■ **EXCERPTED DATA**
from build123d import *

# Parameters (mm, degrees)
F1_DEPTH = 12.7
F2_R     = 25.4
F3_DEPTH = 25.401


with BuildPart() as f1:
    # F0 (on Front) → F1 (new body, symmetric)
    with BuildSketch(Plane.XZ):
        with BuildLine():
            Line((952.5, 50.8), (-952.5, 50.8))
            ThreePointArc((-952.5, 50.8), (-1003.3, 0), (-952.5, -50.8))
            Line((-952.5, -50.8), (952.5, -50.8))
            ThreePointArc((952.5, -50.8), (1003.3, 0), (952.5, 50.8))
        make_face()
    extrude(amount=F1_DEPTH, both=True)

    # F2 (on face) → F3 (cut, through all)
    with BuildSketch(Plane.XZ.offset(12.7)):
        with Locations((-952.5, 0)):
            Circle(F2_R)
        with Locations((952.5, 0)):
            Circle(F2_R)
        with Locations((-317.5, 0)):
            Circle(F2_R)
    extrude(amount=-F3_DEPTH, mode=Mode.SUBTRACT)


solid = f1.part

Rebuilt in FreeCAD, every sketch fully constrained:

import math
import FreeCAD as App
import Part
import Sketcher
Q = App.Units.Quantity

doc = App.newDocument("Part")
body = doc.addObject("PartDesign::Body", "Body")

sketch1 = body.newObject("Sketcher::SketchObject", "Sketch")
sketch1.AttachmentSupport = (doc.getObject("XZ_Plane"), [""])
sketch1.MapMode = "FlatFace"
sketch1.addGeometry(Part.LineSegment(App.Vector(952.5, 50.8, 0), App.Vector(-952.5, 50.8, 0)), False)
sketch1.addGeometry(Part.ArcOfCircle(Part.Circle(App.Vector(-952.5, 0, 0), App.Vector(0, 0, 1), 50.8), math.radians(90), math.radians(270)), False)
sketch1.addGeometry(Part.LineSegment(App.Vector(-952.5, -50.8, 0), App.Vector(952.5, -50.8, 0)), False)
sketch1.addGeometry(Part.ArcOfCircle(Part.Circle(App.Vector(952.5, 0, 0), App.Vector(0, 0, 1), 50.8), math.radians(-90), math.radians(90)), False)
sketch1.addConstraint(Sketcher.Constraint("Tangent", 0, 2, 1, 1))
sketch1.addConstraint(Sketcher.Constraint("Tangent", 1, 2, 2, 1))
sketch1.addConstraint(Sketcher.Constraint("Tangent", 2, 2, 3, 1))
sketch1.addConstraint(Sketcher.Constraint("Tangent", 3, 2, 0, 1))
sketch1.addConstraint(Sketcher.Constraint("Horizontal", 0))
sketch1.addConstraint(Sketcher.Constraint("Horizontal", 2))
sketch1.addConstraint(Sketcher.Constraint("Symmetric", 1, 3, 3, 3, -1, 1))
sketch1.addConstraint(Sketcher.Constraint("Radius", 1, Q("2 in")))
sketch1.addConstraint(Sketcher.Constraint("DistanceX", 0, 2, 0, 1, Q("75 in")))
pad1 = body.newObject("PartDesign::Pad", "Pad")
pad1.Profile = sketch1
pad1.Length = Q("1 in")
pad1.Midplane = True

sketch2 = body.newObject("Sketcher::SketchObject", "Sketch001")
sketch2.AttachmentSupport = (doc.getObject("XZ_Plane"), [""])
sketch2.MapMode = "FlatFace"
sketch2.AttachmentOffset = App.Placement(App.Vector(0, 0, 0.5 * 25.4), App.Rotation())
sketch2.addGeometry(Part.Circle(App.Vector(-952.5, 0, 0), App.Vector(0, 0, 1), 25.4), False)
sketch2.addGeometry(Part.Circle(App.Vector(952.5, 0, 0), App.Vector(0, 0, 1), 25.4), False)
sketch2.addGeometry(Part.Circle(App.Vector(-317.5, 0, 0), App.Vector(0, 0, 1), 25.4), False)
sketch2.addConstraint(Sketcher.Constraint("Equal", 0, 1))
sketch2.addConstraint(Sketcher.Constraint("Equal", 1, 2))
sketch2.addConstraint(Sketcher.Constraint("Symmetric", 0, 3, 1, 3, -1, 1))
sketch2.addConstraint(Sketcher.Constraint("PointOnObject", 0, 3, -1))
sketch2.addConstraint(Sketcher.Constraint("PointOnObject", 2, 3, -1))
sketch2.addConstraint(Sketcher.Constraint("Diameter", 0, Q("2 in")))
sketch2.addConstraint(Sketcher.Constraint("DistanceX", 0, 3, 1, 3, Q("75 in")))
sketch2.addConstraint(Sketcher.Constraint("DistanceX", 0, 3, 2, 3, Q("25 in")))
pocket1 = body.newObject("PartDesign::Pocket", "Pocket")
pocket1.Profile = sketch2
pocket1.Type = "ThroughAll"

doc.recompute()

* * *

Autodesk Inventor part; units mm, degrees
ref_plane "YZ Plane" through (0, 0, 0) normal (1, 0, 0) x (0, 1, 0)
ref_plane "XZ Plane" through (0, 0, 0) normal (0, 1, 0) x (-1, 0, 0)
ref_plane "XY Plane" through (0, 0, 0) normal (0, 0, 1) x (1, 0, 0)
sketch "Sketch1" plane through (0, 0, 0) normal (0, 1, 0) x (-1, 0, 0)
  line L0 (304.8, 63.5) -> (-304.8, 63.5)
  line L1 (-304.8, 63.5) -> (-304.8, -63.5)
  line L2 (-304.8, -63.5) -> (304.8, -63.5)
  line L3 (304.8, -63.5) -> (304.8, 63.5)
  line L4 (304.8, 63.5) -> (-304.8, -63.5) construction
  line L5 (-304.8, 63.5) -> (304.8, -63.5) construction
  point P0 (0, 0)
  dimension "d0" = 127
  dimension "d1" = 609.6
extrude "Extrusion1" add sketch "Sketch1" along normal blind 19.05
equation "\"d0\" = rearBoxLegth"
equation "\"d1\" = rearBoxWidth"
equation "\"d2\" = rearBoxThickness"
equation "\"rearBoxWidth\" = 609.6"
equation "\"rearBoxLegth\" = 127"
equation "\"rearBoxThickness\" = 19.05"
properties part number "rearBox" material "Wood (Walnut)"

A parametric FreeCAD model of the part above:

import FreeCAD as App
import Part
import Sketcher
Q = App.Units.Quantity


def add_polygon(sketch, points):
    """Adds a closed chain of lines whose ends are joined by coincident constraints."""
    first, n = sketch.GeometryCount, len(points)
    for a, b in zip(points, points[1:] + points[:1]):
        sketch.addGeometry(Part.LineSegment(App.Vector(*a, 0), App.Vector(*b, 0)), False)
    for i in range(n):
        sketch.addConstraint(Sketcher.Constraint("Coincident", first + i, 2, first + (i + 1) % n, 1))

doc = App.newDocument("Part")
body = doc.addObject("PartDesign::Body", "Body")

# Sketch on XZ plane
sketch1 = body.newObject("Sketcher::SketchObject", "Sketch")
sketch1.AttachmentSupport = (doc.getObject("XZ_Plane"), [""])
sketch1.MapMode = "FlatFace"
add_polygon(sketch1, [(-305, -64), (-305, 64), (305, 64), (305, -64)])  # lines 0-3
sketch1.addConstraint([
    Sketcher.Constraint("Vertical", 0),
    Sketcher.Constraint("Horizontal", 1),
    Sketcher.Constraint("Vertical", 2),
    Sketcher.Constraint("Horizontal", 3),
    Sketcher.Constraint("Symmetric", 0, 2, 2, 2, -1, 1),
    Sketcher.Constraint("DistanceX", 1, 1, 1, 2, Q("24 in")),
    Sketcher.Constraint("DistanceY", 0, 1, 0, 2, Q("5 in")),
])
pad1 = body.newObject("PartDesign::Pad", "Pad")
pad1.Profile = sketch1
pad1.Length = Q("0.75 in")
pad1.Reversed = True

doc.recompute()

---

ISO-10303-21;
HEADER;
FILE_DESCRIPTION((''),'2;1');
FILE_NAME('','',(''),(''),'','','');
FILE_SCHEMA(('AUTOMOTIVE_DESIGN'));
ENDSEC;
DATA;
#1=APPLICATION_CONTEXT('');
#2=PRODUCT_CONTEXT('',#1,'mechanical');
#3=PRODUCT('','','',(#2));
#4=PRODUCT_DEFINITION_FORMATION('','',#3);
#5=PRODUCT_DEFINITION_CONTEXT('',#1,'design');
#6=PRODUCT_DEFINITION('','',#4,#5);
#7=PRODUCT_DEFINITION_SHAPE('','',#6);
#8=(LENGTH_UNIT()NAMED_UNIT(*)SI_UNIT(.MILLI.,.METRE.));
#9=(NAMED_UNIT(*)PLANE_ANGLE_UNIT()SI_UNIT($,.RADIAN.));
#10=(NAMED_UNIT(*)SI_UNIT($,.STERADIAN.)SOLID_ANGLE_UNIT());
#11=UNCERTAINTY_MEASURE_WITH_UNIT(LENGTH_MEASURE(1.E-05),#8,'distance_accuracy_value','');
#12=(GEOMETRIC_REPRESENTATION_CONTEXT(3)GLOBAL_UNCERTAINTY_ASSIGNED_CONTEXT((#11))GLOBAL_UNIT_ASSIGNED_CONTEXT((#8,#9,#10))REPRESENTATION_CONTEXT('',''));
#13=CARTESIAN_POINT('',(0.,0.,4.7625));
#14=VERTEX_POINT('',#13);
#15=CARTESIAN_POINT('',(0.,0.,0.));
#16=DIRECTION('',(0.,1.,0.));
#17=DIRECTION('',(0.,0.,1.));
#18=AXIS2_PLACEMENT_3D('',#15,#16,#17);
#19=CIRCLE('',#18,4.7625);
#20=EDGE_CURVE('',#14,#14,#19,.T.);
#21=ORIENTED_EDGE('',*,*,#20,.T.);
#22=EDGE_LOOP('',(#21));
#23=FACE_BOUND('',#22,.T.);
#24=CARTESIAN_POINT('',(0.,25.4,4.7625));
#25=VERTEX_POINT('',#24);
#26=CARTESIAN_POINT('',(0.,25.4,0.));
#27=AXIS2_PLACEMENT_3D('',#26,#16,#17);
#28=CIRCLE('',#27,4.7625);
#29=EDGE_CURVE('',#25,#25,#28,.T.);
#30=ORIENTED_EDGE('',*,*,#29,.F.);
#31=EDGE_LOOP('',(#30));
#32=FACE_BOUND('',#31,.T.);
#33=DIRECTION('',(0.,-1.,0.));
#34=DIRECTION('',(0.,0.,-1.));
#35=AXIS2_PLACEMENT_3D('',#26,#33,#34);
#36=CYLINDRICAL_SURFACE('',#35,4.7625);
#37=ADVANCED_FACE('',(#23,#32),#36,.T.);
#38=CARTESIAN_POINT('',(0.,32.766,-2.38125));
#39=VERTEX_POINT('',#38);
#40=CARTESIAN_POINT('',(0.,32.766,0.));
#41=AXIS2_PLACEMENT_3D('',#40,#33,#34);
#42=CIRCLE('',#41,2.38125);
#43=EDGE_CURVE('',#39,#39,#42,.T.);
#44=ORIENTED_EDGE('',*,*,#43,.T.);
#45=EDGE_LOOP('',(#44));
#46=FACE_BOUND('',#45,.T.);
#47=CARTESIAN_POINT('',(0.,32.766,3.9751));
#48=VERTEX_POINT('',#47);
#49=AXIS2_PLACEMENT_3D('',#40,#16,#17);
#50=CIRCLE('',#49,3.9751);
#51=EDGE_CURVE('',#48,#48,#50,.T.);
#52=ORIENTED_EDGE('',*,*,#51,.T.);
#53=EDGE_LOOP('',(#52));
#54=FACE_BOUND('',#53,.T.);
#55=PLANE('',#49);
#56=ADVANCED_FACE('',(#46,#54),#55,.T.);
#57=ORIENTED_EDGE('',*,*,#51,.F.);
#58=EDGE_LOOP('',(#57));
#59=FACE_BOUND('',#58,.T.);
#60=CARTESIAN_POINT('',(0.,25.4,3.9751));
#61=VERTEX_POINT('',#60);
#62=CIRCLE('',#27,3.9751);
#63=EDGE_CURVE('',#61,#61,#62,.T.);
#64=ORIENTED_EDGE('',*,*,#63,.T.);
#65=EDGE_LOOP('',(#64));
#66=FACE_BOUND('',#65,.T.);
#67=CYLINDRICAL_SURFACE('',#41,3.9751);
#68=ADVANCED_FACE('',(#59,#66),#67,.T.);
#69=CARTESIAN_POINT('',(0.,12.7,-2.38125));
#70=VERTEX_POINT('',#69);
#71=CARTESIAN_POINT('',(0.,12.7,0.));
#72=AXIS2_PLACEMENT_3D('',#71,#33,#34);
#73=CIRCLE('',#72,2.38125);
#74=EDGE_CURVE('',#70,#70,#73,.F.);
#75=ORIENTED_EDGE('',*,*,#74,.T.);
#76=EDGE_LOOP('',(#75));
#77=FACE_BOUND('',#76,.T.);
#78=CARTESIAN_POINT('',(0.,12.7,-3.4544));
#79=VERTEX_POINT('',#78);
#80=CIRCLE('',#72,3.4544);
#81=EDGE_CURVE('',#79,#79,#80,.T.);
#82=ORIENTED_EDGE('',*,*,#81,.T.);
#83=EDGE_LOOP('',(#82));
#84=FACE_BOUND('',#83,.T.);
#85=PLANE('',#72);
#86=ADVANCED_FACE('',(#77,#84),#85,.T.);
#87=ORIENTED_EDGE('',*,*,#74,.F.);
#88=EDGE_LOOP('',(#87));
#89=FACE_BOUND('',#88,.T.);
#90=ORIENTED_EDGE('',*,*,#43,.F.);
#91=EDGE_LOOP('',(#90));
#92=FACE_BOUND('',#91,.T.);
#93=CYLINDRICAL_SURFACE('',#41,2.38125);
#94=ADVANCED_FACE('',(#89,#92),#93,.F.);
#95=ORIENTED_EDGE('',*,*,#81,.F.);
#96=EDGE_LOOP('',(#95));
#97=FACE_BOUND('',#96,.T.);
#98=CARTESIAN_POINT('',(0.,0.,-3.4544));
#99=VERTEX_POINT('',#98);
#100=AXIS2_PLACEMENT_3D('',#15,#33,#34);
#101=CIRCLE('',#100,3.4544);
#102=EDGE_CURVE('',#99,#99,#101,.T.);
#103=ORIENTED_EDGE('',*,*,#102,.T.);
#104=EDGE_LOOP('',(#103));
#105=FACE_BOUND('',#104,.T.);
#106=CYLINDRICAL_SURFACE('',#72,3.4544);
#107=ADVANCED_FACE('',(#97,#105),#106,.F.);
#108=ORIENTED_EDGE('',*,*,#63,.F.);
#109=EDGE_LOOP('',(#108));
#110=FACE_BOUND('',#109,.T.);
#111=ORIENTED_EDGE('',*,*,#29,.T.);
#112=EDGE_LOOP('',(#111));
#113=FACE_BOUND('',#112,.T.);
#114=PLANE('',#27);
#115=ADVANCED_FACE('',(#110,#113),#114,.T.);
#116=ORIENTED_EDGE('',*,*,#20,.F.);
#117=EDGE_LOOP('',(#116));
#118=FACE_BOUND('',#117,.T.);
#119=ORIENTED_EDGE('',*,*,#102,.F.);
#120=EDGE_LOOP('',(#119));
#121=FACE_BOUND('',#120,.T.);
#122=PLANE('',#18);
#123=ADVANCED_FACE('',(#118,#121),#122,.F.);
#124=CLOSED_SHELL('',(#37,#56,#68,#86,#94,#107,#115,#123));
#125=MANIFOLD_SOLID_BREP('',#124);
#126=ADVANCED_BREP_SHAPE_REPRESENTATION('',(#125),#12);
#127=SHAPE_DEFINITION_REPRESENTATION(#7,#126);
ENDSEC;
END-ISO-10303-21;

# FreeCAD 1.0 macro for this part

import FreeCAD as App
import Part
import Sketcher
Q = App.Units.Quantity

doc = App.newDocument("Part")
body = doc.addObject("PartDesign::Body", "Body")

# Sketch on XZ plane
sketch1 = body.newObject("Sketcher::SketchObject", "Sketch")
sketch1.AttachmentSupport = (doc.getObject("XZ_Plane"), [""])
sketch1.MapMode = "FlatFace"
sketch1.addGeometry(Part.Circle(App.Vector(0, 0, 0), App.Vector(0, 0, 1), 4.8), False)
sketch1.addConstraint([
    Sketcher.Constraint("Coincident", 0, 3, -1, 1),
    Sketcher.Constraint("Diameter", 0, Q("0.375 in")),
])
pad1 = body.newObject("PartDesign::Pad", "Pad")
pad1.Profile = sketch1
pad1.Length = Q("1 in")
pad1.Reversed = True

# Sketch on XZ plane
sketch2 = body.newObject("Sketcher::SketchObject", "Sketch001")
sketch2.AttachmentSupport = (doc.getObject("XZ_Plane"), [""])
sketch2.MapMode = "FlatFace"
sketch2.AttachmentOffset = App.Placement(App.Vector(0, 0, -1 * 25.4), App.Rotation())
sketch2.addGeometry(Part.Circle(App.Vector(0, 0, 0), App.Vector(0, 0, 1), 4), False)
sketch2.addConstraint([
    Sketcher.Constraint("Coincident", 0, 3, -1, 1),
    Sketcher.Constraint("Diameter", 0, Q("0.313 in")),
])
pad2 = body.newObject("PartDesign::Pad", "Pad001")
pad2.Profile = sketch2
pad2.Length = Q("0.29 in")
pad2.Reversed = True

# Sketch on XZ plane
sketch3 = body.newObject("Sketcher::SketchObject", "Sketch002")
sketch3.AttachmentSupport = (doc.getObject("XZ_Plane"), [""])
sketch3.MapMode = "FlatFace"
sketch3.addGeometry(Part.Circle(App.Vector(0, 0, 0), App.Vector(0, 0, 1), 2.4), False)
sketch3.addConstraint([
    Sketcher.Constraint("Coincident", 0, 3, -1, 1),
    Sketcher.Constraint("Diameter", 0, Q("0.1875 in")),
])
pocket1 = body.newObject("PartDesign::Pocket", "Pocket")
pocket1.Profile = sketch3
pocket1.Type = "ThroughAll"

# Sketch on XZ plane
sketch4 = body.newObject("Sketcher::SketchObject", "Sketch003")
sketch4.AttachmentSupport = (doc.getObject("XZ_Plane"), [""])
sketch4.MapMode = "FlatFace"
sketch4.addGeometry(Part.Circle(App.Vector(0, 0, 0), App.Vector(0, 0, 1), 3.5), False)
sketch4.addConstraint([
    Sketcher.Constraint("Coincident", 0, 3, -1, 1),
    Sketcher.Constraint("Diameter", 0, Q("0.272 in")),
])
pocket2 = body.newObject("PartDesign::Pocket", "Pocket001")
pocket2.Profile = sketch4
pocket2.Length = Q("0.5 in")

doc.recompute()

■ **PROMPT**
Among the entries above, copy exactly only the lines starting with the one containing "#86=ADVANCED_FACE('',(#77,#84),#85,.T.);" and going through the one containing "#114=PLANE('',#27);", both ends included.

■ **OUTPUT OF THE EXERCISE**
#86=ADVANCED_FACE('',(#77,#84),#85,.T.);
#87=ORIENTED_EDGE('',*,*,#74,.F.);
#88=EDGE_LOOP('',(#87));
#89=FACE_BOUND('',#88,.T.);
#90=ORIENTED_EDGE('',*,*,#43,.F.);
#91=EDGE_LOOP('',(#90));
#92=FACE_BOUND('',#91,.T.);
#93=CYLINDRICAL_SURFACE('',#41,2.38125);
#94=ADVANCED_FACE('',(#89,#92),#93,.F.);
#95=ORIENTED_EDGE('',*,*,#81,.F.);
#96=EDGE_LOOP('',(#95));
#97=FACE_BOUND('',#96,.T.);
#98=CARTESIAN_POINT('',(0.,0.,-3.4544));
#99=VERTEX_POINT('',#98);
#100=AXIS2_PLACEMENT_3D('',#15,#33,#34);
#101=CIRCLE('',#100,3.4544);
#102=EDGE_CURVE('',#99,#99,#101,.T.);
#103=ORIENTED_EDGE('',*,*,#102,.T.);
#104=EDGE_LOOP('',(#103));
#105=FACE_BOUND('',#104,.T.);
#106=CYLINDRICAL_SURFACE('',#72,3.4544);
#107=ADVANCED_FACE('',(#97,#105),#106,.F.);
#108=ORIENTED_EDGE('',*,*,#63,.F.);
#109=EDGE_LOOP('',(#108));
#110=FACE_BOUND('',#109,.T.);
#111=ORIENTED_EDGE('',*,*,#29,.T.);
#112=EDGE_LOOP('',(#111));
#113=FACE_BOUND('',#112,.T.);
#114=PLANE('',#27);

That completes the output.